Activity –
For the records that follow, return only the count of lines containing the string "BuildSketch".

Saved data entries
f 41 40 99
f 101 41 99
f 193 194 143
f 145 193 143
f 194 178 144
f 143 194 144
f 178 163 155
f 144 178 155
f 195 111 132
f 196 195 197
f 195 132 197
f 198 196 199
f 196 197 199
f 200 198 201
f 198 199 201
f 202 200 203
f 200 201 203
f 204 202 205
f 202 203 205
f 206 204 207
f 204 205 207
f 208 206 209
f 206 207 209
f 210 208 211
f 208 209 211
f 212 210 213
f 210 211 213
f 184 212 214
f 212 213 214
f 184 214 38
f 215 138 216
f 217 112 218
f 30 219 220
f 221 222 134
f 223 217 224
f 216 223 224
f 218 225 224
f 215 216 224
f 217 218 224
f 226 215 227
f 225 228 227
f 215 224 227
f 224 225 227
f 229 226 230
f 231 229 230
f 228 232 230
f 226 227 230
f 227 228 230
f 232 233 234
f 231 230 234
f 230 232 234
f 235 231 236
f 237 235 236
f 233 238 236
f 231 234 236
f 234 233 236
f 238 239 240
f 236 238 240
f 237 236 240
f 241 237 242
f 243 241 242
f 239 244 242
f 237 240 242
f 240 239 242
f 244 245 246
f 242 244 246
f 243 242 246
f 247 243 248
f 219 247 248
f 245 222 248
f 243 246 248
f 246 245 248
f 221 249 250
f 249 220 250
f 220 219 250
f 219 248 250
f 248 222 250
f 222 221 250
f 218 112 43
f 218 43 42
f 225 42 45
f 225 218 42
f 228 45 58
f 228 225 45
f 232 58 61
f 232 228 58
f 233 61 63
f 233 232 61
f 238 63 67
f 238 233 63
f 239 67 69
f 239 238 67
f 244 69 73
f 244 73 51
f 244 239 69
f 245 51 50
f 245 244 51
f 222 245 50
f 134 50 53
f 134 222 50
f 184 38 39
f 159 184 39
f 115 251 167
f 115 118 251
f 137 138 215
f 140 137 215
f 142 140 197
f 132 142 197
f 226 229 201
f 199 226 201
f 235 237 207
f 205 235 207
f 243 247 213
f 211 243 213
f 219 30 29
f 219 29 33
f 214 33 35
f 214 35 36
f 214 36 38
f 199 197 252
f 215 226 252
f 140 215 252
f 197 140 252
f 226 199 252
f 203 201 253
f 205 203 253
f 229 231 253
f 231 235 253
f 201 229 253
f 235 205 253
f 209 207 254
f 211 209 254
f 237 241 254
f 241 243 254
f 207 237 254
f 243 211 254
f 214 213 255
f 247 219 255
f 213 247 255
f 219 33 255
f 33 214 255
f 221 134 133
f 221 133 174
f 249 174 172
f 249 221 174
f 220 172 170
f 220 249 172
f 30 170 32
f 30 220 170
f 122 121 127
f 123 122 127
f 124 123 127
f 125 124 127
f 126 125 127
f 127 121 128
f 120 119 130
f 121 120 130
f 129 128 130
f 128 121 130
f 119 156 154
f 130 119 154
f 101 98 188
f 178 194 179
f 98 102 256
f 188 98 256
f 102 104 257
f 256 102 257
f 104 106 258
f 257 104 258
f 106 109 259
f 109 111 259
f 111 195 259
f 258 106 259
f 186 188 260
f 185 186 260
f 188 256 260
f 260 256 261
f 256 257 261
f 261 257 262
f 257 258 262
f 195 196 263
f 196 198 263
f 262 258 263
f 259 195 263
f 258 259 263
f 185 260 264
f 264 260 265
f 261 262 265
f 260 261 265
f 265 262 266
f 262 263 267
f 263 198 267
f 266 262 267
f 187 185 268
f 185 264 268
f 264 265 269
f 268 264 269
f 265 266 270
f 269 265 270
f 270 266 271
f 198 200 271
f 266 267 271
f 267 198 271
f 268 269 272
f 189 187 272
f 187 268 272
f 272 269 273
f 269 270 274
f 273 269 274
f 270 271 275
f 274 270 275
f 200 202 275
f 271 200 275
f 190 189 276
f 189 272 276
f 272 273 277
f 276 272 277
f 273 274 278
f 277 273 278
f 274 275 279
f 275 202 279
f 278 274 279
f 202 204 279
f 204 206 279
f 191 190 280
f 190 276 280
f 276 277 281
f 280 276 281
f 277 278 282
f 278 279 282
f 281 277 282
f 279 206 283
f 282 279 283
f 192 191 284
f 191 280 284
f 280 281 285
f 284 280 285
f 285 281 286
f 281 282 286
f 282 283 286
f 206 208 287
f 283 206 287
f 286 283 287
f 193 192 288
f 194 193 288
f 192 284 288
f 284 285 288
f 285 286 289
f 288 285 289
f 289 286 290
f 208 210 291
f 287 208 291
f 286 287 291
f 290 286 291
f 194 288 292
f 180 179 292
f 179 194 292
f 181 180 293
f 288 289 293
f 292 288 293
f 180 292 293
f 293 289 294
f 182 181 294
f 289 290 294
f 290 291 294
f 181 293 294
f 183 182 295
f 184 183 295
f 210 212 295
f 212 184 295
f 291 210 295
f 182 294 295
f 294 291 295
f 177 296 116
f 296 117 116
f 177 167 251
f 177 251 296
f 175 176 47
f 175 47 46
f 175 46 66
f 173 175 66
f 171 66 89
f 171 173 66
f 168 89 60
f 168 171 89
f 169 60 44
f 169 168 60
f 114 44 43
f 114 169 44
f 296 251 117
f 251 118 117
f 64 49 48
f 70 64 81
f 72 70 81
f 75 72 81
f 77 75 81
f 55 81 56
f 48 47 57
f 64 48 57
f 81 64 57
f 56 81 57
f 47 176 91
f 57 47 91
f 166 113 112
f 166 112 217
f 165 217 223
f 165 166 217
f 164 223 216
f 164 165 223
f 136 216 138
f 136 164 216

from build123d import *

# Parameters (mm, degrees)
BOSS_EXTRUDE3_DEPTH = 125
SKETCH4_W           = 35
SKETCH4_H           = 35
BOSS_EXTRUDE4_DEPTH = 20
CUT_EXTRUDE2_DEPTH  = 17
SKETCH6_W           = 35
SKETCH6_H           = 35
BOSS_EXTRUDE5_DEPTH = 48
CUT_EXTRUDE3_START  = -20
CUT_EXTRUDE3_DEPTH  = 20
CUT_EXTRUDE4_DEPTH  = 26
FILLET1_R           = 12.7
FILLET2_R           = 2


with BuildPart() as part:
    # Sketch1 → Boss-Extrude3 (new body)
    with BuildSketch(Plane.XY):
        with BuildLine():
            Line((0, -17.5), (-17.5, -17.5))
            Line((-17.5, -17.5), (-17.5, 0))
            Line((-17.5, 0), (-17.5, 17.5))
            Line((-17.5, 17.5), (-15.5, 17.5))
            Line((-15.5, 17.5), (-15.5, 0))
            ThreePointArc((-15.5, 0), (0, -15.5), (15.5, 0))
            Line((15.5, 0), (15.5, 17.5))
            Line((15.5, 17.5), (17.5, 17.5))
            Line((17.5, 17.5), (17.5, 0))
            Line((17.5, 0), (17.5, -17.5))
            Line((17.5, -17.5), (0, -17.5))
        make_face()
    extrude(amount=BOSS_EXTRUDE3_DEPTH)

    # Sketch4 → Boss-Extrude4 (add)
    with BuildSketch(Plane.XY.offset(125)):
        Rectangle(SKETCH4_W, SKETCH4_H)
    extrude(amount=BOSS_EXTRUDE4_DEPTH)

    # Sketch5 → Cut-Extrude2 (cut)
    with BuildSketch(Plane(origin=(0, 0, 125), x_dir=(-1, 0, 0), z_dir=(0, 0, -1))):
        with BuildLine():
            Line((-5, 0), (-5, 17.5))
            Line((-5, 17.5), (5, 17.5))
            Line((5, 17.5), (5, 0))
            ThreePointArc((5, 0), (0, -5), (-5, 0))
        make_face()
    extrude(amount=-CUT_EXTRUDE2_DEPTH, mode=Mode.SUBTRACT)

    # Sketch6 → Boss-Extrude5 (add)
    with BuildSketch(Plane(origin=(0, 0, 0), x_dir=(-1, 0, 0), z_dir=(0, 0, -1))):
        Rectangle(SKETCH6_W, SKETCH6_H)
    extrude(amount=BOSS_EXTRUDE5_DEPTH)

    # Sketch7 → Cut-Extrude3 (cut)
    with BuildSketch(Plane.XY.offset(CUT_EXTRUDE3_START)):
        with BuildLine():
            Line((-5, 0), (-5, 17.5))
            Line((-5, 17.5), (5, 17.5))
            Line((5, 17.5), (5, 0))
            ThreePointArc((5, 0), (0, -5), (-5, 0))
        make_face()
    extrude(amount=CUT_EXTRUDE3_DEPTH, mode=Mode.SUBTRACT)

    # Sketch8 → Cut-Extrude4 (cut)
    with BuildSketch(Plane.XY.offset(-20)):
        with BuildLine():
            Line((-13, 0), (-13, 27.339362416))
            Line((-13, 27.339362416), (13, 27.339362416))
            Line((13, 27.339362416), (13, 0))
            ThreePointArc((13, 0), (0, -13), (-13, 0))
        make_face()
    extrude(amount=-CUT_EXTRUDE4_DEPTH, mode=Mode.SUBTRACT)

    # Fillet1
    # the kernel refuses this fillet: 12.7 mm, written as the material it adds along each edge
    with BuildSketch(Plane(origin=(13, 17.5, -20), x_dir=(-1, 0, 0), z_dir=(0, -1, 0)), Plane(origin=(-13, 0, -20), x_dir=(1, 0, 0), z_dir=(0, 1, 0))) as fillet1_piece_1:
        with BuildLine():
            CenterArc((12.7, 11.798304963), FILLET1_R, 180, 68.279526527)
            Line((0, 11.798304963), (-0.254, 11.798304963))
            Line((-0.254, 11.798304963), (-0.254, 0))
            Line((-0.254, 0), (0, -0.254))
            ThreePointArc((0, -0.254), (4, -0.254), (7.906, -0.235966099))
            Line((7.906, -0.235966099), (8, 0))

Output below –
7